Task brief: As the answer, set down the lines below from the one containing "e17 v18 v17 LINE" through the one containing "v26 (0,-4.7625,-11.5062)", exactly and inclusively, and no others.
● ● ● ● ●
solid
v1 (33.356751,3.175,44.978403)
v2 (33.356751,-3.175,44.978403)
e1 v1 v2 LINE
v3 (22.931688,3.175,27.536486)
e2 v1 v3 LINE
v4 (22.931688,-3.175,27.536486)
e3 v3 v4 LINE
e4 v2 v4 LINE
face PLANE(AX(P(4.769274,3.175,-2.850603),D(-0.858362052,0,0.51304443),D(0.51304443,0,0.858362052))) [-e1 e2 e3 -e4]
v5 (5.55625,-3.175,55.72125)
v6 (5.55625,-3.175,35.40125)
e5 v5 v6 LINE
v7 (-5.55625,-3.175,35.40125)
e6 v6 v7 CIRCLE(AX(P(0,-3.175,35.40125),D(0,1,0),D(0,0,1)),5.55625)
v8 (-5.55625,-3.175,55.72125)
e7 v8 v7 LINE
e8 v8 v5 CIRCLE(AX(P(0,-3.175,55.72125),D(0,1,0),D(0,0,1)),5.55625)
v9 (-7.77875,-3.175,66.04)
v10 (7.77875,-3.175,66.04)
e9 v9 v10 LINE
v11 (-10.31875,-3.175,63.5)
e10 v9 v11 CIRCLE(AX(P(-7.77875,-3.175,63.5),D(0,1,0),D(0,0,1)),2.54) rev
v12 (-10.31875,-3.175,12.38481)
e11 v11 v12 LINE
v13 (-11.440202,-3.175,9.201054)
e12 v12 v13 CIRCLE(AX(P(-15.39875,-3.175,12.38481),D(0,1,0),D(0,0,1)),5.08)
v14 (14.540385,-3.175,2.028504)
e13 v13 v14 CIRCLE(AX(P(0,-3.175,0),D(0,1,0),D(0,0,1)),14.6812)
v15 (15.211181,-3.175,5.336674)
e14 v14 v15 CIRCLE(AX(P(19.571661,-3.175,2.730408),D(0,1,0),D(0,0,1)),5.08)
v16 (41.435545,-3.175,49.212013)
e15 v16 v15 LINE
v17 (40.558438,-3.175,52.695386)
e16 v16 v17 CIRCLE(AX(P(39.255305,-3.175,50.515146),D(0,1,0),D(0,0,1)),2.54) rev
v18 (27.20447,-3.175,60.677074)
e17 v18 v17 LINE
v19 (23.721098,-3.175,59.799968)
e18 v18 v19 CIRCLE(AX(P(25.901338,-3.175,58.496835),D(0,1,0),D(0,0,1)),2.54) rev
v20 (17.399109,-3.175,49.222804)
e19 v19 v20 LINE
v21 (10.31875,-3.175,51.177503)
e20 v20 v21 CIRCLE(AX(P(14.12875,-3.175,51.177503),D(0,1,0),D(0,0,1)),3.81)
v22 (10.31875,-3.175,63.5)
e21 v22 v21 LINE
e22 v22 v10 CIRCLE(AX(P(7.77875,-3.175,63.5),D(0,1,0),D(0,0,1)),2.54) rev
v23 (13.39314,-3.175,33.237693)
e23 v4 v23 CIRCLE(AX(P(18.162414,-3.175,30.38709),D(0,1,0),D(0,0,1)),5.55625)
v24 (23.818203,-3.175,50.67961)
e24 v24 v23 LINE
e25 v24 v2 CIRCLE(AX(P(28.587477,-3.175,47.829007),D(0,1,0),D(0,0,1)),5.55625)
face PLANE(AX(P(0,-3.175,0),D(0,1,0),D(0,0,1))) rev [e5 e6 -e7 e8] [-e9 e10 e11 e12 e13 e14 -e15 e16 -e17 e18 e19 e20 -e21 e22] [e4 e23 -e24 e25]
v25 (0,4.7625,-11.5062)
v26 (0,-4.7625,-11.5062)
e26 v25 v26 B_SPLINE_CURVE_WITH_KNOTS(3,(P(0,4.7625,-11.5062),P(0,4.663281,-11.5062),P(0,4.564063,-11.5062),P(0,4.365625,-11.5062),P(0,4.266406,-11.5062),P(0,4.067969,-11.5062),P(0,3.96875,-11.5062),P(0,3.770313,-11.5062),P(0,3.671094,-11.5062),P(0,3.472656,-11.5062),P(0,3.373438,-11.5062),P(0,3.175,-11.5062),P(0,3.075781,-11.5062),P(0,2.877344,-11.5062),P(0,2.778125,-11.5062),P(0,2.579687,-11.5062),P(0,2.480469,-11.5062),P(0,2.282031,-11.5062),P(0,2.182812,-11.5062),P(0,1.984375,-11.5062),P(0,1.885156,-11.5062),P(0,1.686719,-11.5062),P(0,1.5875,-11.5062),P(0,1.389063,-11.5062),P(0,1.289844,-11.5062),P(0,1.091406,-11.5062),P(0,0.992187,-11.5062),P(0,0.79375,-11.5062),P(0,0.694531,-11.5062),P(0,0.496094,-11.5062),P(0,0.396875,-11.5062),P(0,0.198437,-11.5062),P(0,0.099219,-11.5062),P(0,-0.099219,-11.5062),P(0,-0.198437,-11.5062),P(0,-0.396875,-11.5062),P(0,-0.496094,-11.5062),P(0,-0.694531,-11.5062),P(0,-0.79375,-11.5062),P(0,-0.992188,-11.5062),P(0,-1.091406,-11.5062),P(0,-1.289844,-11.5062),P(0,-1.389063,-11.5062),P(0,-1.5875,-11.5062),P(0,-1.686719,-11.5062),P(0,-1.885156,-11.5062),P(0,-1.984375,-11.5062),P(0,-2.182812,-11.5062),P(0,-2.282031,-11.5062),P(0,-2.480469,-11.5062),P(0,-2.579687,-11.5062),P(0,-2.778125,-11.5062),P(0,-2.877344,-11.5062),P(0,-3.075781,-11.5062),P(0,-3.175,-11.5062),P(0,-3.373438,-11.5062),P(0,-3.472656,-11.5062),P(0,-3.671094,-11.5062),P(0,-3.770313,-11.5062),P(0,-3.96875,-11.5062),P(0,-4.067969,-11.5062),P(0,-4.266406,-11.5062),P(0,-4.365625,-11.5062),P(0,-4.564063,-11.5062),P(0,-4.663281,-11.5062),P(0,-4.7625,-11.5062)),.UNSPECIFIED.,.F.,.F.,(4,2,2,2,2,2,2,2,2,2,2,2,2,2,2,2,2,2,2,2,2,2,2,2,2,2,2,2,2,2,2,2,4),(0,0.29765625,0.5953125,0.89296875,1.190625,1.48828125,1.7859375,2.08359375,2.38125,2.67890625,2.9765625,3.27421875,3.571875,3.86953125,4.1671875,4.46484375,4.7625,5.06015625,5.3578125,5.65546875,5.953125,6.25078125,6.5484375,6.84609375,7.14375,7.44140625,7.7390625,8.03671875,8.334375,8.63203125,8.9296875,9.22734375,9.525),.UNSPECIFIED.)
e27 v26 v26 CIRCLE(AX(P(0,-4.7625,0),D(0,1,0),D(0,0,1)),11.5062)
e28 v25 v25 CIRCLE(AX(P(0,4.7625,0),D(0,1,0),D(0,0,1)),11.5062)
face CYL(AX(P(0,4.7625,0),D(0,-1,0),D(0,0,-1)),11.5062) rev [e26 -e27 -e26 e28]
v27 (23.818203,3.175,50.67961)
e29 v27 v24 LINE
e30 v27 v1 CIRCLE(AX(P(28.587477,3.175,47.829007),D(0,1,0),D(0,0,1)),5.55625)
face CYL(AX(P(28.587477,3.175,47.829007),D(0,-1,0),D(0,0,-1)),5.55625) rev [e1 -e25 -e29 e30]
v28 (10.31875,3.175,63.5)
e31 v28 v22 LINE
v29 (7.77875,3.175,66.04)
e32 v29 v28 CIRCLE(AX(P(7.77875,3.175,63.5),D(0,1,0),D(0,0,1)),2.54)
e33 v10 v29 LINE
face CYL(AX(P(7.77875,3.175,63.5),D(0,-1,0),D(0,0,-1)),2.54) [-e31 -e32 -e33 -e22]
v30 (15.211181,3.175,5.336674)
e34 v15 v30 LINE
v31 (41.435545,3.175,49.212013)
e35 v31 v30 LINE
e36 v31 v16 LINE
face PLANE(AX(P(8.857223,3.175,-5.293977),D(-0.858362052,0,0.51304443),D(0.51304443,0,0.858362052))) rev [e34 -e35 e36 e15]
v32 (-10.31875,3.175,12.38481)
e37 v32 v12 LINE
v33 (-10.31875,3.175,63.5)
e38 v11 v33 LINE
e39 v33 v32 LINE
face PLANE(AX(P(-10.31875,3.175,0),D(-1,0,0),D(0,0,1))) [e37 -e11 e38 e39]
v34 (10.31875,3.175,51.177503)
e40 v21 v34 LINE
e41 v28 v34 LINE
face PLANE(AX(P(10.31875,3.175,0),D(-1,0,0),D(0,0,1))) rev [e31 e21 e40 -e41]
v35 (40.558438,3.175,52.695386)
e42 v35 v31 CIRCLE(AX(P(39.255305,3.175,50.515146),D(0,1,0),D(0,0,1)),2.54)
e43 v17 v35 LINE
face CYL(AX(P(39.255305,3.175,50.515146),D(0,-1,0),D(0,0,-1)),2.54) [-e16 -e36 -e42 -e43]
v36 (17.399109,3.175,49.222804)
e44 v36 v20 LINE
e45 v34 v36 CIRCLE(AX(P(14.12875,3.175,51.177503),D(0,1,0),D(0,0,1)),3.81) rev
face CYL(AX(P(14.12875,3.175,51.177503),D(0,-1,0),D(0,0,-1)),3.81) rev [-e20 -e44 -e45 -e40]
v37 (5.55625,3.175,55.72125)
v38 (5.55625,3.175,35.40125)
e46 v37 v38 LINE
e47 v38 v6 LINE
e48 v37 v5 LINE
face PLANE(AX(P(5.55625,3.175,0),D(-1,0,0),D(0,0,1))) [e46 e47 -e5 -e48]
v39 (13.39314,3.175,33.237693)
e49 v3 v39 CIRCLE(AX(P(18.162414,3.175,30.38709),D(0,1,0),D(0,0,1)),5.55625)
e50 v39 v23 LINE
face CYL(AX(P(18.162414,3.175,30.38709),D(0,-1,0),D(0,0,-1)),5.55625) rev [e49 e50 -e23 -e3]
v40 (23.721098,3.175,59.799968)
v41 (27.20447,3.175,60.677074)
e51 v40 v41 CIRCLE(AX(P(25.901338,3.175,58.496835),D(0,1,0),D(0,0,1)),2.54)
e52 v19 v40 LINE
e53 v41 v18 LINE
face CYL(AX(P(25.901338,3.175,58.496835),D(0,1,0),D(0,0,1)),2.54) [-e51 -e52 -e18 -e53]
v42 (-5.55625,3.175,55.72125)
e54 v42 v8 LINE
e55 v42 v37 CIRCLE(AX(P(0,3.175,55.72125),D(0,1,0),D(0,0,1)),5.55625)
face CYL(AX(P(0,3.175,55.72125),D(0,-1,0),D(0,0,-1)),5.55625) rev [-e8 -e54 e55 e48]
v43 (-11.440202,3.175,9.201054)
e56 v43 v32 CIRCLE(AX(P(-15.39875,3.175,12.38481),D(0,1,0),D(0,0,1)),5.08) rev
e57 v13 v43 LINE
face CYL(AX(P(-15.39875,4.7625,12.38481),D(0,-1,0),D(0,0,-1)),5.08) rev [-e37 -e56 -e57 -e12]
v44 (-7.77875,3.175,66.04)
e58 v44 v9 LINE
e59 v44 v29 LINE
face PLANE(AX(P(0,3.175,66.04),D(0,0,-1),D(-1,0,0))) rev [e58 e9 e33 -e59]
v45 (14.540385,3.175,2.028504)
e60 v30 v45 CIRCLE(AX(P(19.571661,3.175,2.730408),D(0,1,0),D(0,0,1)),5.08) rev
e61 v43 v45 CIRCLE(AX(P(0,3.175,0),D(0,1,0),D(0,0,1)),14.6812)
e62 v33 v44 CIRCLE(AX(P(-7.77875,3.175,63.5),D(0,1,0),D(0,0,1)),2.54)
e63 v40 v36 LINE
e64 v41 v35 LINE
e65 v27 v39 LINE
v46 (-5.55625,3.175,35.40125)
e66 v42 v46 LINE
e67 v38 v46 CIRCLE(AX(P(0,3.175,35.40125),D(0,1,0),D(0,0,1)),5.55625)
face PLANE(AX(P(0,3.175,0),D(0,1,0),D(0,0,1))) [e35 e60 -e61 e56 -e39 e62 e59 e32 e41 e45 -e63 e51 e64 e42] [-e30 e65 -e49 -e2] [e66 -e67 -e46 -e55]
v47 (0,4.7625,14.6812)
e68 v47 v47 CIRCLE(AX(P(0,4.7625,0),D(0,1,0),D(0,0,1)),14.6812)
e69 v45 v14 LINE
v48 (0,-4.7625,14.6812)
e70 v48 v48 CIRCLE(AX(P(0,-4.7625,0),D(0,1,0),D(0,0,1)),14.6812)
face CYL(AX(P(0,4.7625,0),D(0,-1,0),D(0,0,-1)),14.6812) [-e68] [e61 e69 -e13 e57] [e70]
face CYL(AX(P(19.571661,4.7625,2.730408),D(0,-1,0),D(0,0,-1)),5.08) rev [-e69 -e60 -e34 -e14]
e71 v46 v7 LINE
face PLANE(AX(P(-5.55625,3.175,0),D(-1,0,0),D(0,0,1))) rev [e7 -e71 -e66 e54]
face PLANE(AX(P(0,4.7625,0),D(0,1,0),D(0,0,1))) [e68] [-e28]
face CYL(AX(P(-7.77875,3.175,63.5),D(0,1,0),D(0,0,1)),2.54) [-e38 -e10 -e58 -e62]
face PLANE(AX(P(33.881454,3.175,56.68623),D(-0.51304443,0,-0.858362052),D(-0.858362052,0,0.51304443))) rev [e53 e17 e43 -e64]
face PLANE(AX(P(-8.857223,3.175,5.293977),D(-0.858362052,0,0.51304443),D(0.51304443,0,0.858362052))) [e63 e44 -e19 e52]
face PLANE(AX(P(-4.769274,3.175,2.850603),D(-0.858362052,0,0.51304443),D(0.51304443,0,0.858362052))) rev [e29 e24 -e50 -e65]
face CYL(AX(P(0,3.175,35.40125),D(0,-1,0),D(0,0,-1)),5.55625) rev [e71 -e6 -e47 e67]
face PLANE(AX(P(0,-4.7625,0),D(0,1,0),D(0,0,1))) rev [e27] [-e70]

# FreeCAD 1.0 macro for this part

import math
import FreeCAD as App
import Part
import Sketcher

V = App.Vector
Q = App.Units.Quantity


def edges_at(feature, points):
    """Names of the edges that pass closest to the given points."""
    edges = feature.Shape.Edges
    near = lambda p: min(range(len(edges)), key=lambda i: edges[i].distToShape(Part.Vertex(*p))[0])
    return sorted({f"Edge{near(p) + 1}" for p in points})

doc = App.newDocument("Part")
body = doc.addObject("PartDesign::Body", "Body")

sketch1 = doc.addObject("Sketcher::SketchObject", "Sketch")
body.addObject(sketch1)
sketch1.AttachmentSupport = (doc.XZ_Plane, [""])
sketch1.MapMode = "FlatFace"
sketch1.addGeometry([
    Part.Circle(V(0, 0, 0), V(0, 0, 1), 15),
    Part.Circle(V(0, 0, 0), V(0, 0, 1), 12),
], False)
sketch1.addConstraint([
    Sketcher.Constraint("Coincident", 0, 3, -1, 1),
    Sketcher.Constraint("Coincident", 1, 3, -1, 1),
    Sketcher.Constraint("Diameter", 0, Q("1.156 in")),
    Sketcher.Constraint("Diameter", 1, Q("0.906 in")),
])
pad1 = doc.addObject("PartDesign::Pad", "Pad")
body.addObject(pad1)
pad1.Profile = sketch1
pad1.Length = Q("0.375 in")
pad1.Midplane = True

sketch2 = doc.addObject("Sketcher::SketchObject", "Sketch001")
body.addObject(sketch2)
sketch2.AttachmentSupport = (doc.XZ_Plane, [""])
sketch2.MapMode = "FlatFace"
sketch2.addGeometry([
    Part.LineSegment(V(-10, 10, 0), V(-10, 66, 0)),
    Part.LineSegment(V(-10, 66, 0), V(10, 66, 0)),
    Part.LineSegment(V(10, 66, 0), V(10, 37, 0)),
    Part.LineSegment(V(10, 37, 0), V(25, 62, 0)),
    Part.LineSegment(V(25, 62, 0), V(43, 51, 0)),
    Part.LineSegment(V(43, 51, 0), V(14, 4, 0)),
    Part.ArcOfCircle(Part.Circle(V(0, 0, 0), V(0, 0, 1), 15), math.radians(14), math.radians(135)),
    Part.LineSegment(V(6, 35, 0), V(6, 56, 0)),
    Part.ArcOfCircle(Part.Circle(V(0, 56, 0), V(0, 0, 1), 6), math.radians(0), math.radians(180)),
    Part.LineSegment(V(-6, 56, 0), V(-6, 35, 0)),
    Part.ArcOfCircle(Part.Circle(V(0, 35, 0), V(0, 0, 1), 6), math.radians(180), math.radians(360)),
    Part.LineSegment(V(23, 28, 0), V(33, 45, 0)),
    Part.ArcOfCircle(Part.Circle(V(29, 48, 0), V(0, 0, 1), 6), math.radians(-31), math.radians(149)),
    Part.LineSegment(V(24, 51, 0), V(13, 33, 0)),
    Part.ArcOfCircle(Part.Circle(V(18, 30, 0), V(0, 0, 1), 6), math.radians(149), math.radians(329)),
], False)
sketch2.addConstraint([
    Sketcher.Constraint("Coincident", 0, 2, 1, 1),
    Sketcher.Constraint("Coincident", 1, 2, 2, 1),
    Sketcher.Constraint("Coincident", 2, 2, 3, 1),
    Sketcher.Constraint("Coincident", 3, 2, 4, 1),
    Sketcher.Constraint("Coincident", 4, 2, 5, 1),
    Sketcher.Constraint("Coincident", 5, 2, 6, 1),
    Sketcher.Constraint("Coincident", 6, 2, 0, 1),
    Sketcher.Constraint("Tangent", 7, 2, 8, 1),
    Sketcher.Constraint("Tangent", 8, 2, 9, 1),
    Sketcher.Constraint("Tangent", 9, 2, 10, 1),
    Sketcher.Constraint("Tangent", 10, 2, 7, 1),
    Sketcher.Constraint("Tangent", 11, 2, 12, 1),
● ● ● ● ●
Result of this exercise:
e17 v18 v17 LINE
v19 (23.721098,-3.175,59.799968)
e18 v18 v19 CIRCLE(AX(P(25.901338,-3.175,58.496835),D(0,1,0),D(0,0,1)),2.54) rev
v20 (17.399109,-3.175,49.222804)
e19 v19 v20 LINE
v21 (10.31875,-3.175,51.177503)
e20 v20 v21 CIRCLE(AX(P(14.12875,-3.175,51.177503),D(0,1,0),D(0,0,1)),3.81)
v22 (10.31875,-3.175,63.5)
e21 v22 v21 LINE
e22 v22 v10 CIRCLE(AX(P(7.77875,-3.175,63.5),D(0,1,0),D(0,0,1)),2.54) rev
v23 (13.39314,-3.175,33.237693)
e23 v4 v23 CIRCLE(AX(P(18.162414,-3.175,30.38709),D(0,1,0),D(0,0,1)),5.55625)
v24 (23.818203,-3.175,50.67961)
e24 v24 v23 LINE
e25 v24 v2 CIRCLE(AX(P(28.587477,-3.175,47.829007),D(0,1,0),D(0,0,1)),5.55625)
face PLANE(AX(P(0,-3.175,0),D(0,1,0),D(0,0,1))) rev [e5 e6 -e7 e8] [-e9 e10 e11 e12 e13 e14 -e15 e16 -e17 e18 e19 e20 -e21 e22] [e4 e23 -e24 e25]
v25 (0,4.7625,-11.5062)
v26 (0,-4.7625,-11.5062)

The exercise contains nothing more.